The KKT conditions are:

Stationarity: $$ \begin{aligned} &\frac{\partial}{\partial \beta_L} \left[ \frac{1}{2} \rvert \rvert\beta \rvert \rvert_2^2 + C \sum_{i = 1}^N \xi_i + \sum_{i = 1}^N \lambda_i \left(1 - \xi_i - y_i (\mathbf{x}_i^\top \beta + \beta_0) \right) - \sum_{i = 1}^N \mu_i \xi_i \right] = \mathbf{0}_{p + 1} \\ &\frac{\partial}{\partial \xi} \left[ \frac{1}{2} \rvert \rvert\beta \rvert \rvert_2^2 + C \sum_{i = 1}^N \xi_i + \sum_{i = 1}^N \lambda_i \left(1 - \xi_i - y_i (\mathbf{x}_i^\top \beta + \beta_0) \right) - \sum_{i = 1}^N \mu_i \xi_i \right] = C\mathbf{1}_N - \mu \end{aligned} $$
Primal Feasibility: $$y_i(\mathbf{x}_i^\top \beta + \beta_0) - ( 1- \xi_i ) \geq 0 \text{ } \forall i = 1, \dots, N$$
Dual Feasibility: $$\mu_i \xi_i \geq 0 \text{ } \forall i = 1, \dots, N$$
Complementary Slackness: $$\lambda_i \left( y_i(\mathbf{x}_i^\top \beta + \beta_0) - (1 - \xi_i)\right) = 0 \text{ } \forall i = 1, \dots, N$$

By a similar argument to the SVC case, the optimal $\beta$ is given by:

\[\hat{\beta} = \sum_{i = 1}^N \lambda_i y_i \mathbf{x}_i\]

By the complementary slackness requirement, $\lambda_i > 0$ only for those points $\mathbf{x}_i$ that satisfy:

\[y_i(\mathbf{x}_i^\top \beta + \beta_0) = 1 - \xi_i\]

These are called support vectors, and those with $\xi_i = 0$ will lie exactly on the margin.
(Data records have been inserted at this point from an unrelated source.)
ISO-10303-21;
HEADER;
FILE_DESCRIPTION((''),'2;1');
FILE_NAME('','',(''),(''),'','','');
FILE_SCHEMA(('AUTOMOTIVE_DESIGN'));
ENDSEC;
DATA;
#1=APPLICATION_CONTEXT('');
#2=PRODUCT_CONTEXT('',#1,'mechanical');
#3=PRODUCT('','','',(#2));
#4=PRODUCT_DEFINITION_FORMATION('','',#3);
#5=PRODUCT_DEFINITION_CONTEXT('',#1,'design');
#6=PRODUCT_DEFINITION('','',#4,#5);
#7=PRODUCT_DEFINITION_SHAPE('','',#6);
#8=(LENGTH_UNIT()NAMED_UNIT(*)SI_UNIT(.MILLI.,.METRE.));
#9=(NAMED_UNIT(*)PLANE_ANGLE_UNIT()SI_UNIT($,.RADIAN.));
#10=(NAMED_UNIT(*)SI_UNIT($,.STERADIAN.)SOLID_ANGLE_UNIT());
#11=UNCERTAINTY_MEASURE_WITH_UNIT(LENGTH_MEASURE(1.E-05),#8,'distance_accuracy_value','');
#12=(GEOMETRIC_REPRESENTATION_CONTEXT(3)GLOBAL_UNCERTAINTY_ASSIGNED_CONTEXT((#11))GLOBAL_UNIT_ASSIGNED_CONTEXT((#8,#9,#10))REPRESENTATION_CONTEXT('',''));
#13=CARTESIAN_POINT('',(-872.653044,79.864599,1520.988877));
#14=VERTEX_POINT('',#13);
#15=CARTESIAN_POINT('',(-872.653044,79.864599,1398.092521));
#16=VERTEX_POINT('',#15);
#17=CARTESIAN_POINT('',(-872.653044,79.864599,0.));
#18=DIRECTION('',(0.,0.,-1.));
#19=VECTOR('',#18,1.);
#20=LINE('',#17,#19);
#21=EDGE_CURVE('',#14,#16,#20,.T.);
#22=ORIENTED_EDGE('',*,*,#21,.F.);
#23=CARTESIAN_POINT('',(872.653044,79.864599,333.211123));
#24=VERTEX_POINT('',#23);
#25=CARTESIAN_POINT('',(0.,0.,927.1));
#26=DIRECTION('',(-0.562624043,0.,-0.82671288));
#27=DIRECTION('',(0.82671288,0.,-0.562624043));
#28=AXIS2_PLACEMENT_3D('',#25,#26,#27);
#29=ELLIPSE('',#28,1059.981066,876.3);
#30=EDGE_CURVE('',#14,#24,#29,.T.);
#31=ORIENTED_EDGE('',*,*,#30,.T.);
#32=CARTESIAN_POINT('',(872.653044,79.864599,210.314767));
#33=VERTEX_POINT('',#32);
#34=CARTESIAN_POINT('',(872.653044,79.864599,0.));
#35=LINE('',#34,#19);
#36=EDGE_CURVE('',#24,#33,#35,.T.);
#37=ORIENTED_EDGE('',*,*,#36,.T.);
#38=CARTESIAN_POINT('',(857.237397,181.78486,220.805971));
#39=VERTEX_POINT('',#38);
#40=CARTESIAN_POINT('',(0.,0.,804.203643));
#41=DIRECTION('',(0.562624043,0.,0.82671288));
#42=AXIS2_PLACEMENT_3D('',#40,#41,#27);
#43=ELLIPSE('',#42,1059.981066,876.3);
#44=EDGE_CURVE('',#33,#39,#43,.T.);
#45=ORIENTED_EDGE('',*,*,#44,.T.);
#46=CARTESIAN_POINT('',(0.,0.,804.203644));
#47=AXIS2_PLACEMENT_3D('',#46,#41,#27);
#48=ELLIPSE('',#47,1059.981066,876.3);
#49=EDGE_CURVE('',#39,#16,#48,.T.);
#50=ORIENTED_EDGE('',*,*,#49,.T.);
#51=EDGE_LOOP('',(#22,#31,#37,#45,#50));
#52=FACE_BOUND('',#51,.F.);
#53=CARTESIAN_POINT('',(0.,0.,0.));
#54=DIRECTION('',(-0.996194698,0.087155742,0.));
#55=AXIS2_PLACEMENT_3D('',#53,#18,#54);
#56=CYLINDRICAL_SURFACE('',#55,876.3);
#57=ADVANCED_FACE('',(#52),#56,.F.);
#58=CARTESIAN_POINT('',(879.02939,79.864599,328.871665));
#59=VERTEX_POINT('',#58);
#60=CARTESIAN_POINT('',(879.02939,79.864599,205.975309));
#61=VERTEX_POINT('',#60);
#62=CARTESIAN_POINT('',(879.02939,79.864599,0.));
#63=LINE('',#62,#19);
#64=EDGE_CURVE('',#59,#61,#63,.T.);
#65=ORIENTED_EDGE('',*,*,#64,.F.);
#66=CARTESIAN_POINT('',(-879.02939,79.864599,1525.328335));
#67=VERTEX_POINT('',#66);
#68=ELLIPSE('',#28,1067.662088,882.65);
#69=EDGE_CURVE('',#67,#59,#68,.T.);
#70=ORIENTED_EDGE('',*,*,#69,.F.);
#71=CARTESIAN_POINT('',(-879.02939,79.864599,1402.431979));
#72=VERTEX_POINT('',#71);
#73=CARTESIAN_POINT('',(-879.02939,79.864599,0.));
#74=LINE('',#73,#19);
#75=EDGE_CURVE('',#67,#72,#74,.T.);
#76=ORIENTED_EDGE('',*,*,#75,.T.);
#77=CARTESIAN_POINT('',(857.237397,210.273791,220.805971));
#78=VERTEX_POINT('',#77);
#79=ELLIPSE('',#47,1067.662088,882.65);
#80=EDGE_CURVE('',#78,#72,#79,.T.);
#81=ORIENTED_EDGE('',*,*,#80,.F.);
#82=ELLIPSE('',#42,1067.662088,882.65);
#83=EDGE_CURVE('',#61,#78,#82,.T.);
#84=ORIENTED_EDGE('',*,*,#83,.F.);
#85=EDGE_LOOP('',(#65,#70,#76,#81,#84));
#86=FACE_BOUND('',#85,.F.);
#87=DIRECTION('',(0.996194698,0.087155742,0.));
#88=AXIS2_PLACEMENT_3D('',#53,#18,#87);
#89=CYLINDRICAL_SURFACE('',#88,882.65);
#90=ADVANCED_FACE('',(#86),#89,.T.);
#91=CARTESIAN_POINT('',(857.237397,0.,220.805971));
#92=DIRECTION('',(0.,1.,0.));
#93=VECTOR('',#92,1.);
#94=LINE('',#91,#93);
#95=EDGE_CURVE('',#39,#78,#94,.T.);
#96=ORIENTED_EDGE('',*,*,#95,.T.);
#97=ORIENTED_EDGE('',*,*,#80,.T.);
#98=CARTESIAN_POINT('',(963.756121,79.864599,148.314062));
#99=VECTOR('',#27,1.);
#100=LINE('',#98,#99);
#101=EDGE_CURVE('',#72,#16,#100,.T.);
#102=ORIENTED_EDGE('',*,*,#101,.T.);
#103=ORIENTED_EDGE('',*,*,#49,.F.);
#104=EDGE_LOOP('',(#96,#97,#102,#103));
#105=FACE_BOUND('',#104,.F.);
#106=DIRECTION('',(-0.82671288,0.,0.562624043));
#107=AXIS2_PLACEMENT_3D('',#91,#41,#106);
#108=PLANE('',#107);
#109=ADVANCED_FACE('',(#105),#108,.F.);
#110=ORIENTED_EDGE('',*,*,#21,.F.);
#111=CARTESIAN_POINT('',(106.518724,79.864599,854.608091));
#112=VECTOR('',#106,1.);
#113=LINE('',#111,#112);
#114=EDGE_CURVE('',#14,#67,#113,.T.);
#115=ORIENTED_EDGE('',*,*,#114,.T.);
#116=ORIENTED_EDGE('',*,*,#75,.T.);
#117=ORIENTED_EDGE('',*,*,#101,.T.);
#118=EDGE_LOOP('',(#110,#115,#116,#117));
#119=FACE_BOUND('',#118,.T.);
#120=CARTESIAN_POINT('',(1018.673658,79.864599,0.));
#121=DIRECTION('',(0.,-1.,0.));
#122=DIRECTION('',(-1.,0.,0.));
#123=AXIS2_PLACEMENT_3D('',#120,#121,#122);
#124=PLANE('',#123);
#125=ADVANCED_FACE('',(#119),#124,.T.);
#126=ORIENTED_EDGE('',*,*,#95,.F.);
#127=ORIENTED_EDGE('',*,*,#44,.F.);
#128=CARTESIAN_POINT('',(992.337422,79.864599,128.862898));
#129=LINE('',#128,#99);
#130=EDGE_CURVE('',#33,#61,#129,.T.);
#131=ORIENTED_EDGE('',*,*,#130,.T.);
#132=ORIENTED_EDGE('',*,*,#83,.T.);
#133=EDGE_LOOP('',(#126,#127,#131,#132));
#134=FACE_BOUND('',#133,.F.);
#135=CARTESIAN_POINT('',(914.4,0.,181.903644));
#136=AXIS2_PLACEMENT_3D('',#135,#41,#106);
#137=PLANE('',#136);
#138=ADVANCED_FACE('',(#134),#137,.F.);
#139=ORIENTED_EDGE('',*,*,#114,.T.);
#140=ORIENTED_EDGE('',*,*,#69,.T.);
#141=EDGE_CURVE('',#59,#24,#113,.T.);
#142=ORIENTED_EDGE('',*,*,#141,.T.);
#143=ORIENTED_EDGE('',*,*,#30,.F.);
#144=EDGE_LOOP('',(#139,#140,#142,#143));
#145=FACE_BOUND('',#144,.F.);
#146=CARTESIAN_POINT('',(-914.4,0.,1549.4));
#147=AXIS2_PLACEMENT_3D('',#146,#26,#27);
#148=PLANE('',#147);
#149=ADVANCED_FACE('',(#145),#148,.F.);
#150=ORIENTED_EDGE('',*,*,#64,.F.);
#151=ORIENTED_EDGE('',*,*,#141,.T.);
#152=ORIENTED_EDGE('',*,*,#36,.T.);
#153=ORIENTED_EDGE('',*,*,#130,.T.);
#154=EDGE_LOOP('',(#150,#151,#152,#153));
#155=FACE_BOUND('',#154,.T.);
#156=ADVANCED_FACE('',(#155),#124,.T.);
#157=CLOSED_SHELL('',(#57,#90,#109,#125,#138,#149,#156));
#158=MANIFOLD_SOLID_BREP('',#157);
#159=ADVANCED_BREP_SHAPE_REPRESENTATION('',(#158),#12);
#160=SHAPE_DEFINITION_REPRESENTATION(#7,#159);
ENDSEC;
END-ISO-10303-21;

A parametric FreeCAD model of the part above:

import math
import FreeCAD as App
import Part
import Sketcher
Q = App.Units.Quantity

doc = App.newDocument("Part")
body = doc.addObject("PartDesign::Body", "Body")

# Sketch on XY plane
sketch1 = body.newObject("Sketcher::SketchObject", "Sketch")
sketch1.AttachmentSupport = (doc.getObject("XY_Plane"), [""])
sketch1.MapMode = "FlatFace"
sketch1.addGeometry(Part.LineSegment(App.Vector(879, 0, 0), App.Vector(879, 77, 0)), False)
sketch1.addGeometry(Part.ArcOfCircle(Part.Circle(App.Vector(0, 0, 0), App.Vector(0, 0, 1), 883), math.radians(5), math.radians(175)), False)
sketch1.addGeometry(Part.LineSegment(App.Vector(-879, 77, 0), App.Vector(-879, 0, 0)), False)
sketch1.addGeometry(Part.LineSegment(App.Vector(-879, 0, 0), App.Vector(879, 0, 0)), False)
sketch1.addGeometry(Part.LineSegment(App.Vector(-873, 22, 0), App.Vector(-873, 76, 0)), False)
sketch1.addGeometry(Part.ArcOfCircle(Part.Circle(App.Vector(0, 0, 0), App.Vector(0, 0, 1), 876), math.radians(5), math.radians(175)), False)
sketch1.addGeometry(Part.LineSegment(App.Vector(873, 76, 0), App.Vector(873, 22, 0)), False)
sketch1.addGeometry(Part.LineSegment(App.Vector(873, 22, 0), App.Vector(-873, 22, 0)), False)
sketch1.addConstraint(Sketcher.Constraint("Coincident", 0, 2, 1, 1))
sketch1.addConstraint(Sketcher.Constraint("Coincident", 1, 2, 2, 1))
sketch1.addConstraint(Sketcher.Constraint("Coincident", 2, 2, 3, 1))
sketch1.addConstraint(Sketcher.Constraint("Coincident", 3, 2, 0, 1))
sketch1.addConstraint(Sketcher.Constraint("Coincident", 4, 2, 5, 2))
sketch1.addConstraint(Sketcher.Constraint("Coincident", 5, 1, 6, 1))
sketch1.addConstraint(Sketcher.Constraint("Coincident", 6, 2, 7, 1))
sketch1.addConstraint(Sketcher.Constraint("Coincident", 7, 2, 4, 1))
sketch1.addConstraint(Sketcher.Constraint("Vertical", 0))
sketch1.addConstraint(Sketcher.Constraint("Vertical", 2))
sketch1.addConstraint(Sketcher.Constraint("Horizontal", 3))
sketch1.addConstraint(Sketcher.Constraint("Vertical", 4))
sketch1.addConstraint(Sketcher.Constraint("Vertical", 6))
If $\lambda_i = C$, then if $\xi_i \leq 1$, the point will lie within the margin but be classified correctly. Otherwise, it is incorrectly classified.

The support vector machine is the classifier:

\[\begin{aligned} G(\mathbf{x}) &= \text{sign} \left( \mathbf{x}^\top \hat{\beta} + \hat{\beta}_0 \right) \\ &= \text{sign} \left( \mathbf{x}^\top \sum_{i = 1}^N \lambda_i y_i\mathbf{x}_i + \hat{\beta}_0 \right) \\ &= \text{sign} \left( \sum_{i = 1}^N \lambda_i y_i \mathbf{x}^\top \mathbf{x}_i + \hat{\beta}_0 \right) \\ \end{aligned}\]

where $C$ is left as a tuning parameter, and $\hat{\beta}$ and $\hat{\beta}_0$ are the solutions to Eq. \eqref{eq:svm-2}.

Extensions

The SVM can be extended beyond the inner product with respect to the Euclidean norm via the kernel trick. The classifier then becomes:

\[G(\mathbf{x}) = \text{sign} \left( \sum_{i = 1}^N \lambda_i y_i \mathcal{K}(h(\mathbf{x}), h(\mathbf{x}_i)) + \beta_0 \right)\]

for some choice of symmetric positive semi-definite kernel function $\mathcal{K}(\cdot, \cdot)$.